# Regenerate but not baptised?



## satz (Jan 5, 2005)

I guess this is primarily for baptists and those who don't believe in infant baptism. Is there any difference between an elect, regenerate individual who has been baptised and one who has not? ( Apart from the obvious that the one who has not is in disobidence ). Is the one who has not been baptised in anyway spiritually...different? Does the Holy Spirit work in him any differently at all? 

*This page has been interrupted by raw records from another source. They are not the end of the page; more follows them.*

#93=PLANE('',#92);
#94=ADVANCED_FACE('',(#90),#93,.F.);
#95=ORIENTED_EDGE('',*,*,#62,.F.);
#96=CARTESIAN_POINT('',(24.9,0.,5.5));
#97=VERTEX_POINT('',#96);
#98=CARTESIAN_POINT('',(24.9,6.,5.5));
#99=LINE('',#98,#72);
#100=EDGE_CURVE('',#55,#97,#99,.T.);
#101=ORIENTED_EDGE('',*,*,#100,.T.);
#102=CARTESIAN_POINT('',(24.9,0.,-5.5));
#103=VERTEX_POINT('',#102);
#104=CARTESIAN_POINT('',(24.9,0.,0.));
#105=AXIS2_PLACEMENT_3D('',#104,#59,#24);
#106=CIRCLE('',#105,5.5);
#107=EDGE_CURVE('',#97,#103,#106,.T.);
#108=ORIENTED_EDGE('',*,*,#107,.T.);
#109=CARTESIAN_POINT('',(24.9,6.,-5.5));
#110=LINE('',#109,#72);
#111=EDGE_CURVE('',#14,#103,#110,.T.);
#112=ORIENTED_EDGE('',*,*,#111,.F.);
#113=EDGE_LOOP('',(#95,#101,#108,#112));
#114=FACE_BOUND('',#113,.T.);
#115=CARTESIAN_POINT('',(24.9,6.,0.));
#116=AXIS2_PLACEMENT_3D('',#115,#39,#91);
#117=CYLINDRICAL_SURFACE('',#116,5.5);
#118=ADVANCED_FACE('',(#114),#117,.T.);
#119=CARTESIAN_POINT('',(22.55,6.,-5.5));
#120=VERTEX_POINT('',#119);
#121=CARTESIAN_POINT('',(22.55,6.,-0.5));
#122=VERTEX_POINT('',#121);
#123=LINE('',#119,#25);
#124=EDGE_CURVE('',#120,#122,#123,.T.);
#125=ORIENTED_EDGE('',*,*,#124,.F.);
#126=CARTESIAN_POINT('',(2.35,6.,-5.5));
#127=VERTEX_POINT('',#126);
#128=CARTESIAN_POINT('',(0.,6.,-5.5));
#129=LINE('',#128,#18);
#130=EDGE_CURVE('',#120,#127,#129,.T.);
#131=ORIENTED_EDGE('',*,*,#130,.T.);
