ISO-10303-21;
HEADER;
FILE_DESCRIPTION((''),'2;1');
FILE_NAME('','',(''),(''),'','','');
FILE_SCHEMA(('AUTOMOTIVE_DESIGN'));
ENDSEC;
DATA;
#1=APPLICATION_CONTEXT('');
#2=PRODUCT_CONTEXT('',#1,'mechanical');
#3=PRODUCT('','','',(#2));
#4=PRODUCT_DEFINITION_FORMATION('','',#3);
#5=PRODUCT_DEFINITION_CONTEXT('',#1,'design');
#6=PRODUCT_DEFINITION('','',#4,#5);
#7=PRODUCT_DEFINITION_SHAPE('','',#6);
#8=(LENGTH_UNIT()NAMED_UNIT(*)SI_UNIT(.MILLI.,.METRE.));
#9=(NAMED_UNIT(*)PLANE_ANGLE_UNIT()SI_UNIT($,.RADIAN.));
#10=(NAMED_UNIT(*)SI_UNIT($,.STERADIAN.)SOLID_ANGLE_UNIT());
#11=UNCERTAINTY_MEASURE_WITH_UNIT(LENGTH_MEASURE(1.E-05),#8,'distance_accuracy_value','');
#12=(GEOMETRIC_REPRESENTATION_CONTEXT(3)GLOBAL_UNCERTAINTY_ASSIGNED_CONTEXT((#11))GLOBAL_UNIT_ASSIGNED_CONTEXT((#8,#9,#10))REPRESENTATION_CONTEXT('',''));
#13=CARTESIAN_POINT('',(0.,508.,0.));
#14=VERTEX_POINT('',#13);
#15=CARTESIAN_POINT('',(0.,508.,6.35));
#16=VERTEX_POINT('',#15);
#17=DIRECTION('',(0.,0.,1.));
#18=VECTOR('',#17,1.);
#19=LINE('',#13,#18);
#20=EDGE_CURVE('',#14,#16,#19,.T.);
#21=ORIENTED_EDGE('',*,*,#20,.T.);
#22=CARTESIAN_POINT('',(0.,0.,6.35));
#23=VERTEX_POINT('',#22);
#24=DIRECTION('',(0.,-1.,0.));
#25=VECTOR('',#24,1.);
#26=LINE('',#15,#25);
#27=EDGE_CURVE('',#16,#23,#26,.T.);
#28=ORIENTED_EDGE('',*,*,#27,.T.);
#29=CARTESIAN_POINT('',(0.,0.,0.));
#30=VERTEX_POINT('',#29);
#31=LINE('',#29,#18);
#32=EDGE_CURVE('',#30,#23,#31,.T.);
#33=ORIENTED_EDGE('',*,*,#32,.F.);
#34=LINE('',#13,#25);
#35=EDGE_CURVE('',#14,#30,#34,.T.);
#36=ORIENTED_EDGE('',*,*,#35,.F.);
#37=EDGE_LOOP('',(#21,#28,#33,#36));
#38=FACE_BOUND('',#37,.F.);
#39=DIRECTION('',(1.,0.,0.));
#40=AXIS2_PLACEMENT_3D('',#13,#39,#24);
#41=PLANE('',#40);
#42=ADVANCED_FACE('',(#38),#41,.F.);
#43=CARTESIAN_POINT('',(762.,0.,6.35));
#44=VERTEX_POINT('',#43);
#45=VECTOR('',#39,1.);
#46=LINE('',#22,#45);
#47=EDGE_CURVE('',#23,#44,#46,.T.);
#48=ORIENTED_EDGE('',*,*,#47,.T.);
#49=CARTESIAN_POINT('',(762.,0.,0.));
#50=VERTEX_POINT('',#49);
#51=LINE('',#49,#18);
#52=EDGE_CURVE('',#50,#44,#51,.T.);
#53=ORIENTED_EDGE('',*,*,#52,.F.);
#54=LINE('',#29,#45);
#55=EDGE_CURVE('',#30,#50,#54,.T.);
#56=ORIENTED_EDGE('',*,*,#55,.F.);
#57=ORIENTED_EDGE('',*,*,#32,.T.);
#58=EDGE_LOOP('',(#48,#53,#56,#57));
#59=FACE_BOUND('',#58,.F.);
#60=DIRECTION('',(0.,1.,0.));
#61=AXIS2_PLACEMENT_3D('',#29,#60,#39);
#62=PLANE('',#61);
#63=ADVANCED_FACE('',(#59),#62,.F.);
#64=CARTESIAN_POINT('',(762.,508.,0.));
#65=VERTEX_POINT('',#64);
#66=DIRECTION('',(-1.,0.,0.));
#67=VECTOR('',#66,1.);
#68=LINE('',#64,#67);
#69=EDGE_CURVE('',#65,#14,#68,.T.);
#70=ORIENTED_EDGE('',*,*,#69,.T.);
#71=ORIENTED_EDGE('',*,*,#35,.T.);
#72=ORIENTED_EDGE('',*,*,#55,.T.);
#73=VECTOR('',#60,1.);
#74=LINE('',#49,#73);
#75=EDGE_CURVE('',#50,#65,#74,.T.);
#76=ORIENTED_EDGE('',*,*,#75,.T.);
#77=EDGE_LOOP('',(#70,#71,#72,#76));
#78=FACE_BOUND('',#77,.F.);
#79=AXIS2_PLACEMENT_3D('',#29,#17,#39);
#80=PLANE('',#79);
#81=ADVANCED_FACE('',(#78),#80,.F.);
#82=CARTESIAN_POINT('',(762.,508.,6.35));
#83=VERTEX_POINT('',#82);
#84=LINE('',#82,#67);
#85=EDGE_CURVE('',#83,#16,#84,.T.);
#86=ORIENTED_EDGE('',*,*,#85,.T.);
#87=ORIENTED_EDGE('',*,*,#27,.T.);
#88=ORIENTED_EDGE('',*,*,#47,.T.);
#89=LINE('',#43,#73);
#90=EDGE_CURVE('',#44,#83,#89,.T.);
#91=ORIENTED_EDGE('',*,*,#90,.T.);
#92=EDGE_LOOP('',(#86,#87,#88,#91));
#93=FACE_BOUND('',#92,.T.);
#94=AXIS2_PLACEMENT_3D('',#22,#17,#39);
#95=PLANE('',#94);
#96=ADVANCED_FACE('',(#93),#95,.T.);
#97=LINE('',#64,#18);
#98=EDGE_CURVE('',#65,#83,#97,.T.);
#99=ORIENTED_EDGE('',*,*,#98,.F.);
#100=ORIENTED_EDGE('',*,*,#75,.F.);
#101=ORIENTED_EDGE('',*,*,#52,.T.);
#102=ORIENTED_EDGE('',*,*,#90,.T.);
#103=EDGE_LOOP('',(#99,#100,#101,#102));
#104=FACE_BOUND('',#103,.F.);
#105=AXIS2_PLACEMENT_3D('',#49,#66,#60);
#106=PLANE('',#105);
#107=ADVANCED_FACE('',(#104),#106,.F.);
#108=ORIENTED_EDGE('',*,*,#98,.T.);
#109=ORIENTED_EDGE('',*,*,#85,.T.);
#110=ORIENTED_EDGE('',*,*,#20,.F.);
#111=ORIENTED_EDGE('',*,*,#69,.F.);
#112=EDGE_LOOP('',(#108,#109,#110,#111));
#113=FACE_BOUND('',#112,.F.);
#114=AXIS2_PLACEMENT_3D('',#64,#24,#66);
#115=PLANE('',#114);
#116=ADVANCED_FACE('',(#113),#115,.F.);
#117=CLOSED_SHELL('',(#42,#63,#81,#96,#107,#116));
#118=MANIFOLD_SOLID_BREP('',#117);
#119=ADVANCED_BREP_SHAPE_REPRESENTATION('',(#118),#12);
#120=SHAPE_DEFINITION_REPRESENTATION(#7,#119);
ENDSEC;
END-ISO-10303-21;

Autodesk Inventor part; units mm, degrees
ref_plane "YZ Plane" through (0, 0, 0) normal (1, 0, 0) x (0, 1, 0)
ref_plane "XZ Plane" through (0, 0, 0) normal (0, 1, 0) x (-1, 0, 0)
ref_plane "XY Plane" through (0, 0, 0) normal (0, 0, 1) x (1, 0, 0)
sketch "Sketch1" plane through (0, 0, 0) normal (0, 0, 1) x (1, 0, 0)
  line L0 (0, 0) -> (762, 0)
  line L1 (762, 0) -> (762, 508)
  line L2 (762, 508) -> (0, 508)
  line L3 (0, 508) -> (0, 0)
  dimension "d0" = 762
  dimension "d1" = 508
extrude "Extrusion1" add sketch "Sketch1" along normal blind 6.35
properties part number "Starting position purple"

So how would you baptists view those who were baptised as infants? Are they missing out on something in their christian walk? 

thoughts?


----------



## Joseph Ringling (Jan 5, 2005)

As someone new to Reformed Theology that has grew up only being taught believers baptism I would ask the opposite. What are my three young children missing out on by not being baptised?


----------



## ReformedWretch (Jan 6, 2005)

Ok Joe...allow an ignorant new comer to reformed theology to give this a shot. Someone will correct me if I make a mistake here. (Or many)

Simply put (hopefully) infant baptism is the idea that your children are brought under God's covenant they way circumcision used to be used in the OT. Some seem to believe that salvation is promised eventually (to you and your family) and some think it is not a 100% given that salvation will come to your children.

Baptising your children is a sign that you yeild to the covenant as a family.

I was going to continue but lets wait and see how I've done so far (be merciful to me fella's as I am still getting a grasp on this myself).


----------



## Charismatic Calvinist (Jan 6, 2005)

> _Originally posted by satz_
> Is there any difference between an elect, regenerate individual who has been baptised and one who has not? ( Apart from the obvious that the one who has not is in disobidence ). Is the one who has not been baptised in anyway spiritually...different? Does the Holy Spirit work in him any differently at all?



I think you answered the question rather...just a matter of obedience. I don't see anything in Scripture that would indicate a less than/greater than degree of Holy Spirit activity in the life of the regenerate believer, other than enjoying a clean conscience toward God in that he has been obedient to the commandment.


----------



## Charismatic Calvinist (Jan 6, 2005)

Whoops! I meant, "rather well."


----------



## Scott (Jan 7, 2005)

"œI think you answered the question rather...just a matter of obedience."

It is more than obedience. The sacraments are one of the ways by which Christ communicates the benefits of His redemption. 

The Shorter Catechism describes the Reformed view:
Q. 88. What are the outward means whereby Christ communicateth to us the benefits of redemption?
A. The outward and ordinary means whereby Christ communicateth to us the benefits of redemption, are his ordinances, especially the word, sacraments, and prayer; all which are made effectual to the elect for salvation.

Further the sacraments are effectual to salvation.
Q. 91. How do the sacraments become effectual means of salvation?
A. The sacraments become effectual means of salvation, not from any virtue in them, or in him that doth administer them; but only by the blessing of Christ, and the working of his Spirit in them that by faith receive them. 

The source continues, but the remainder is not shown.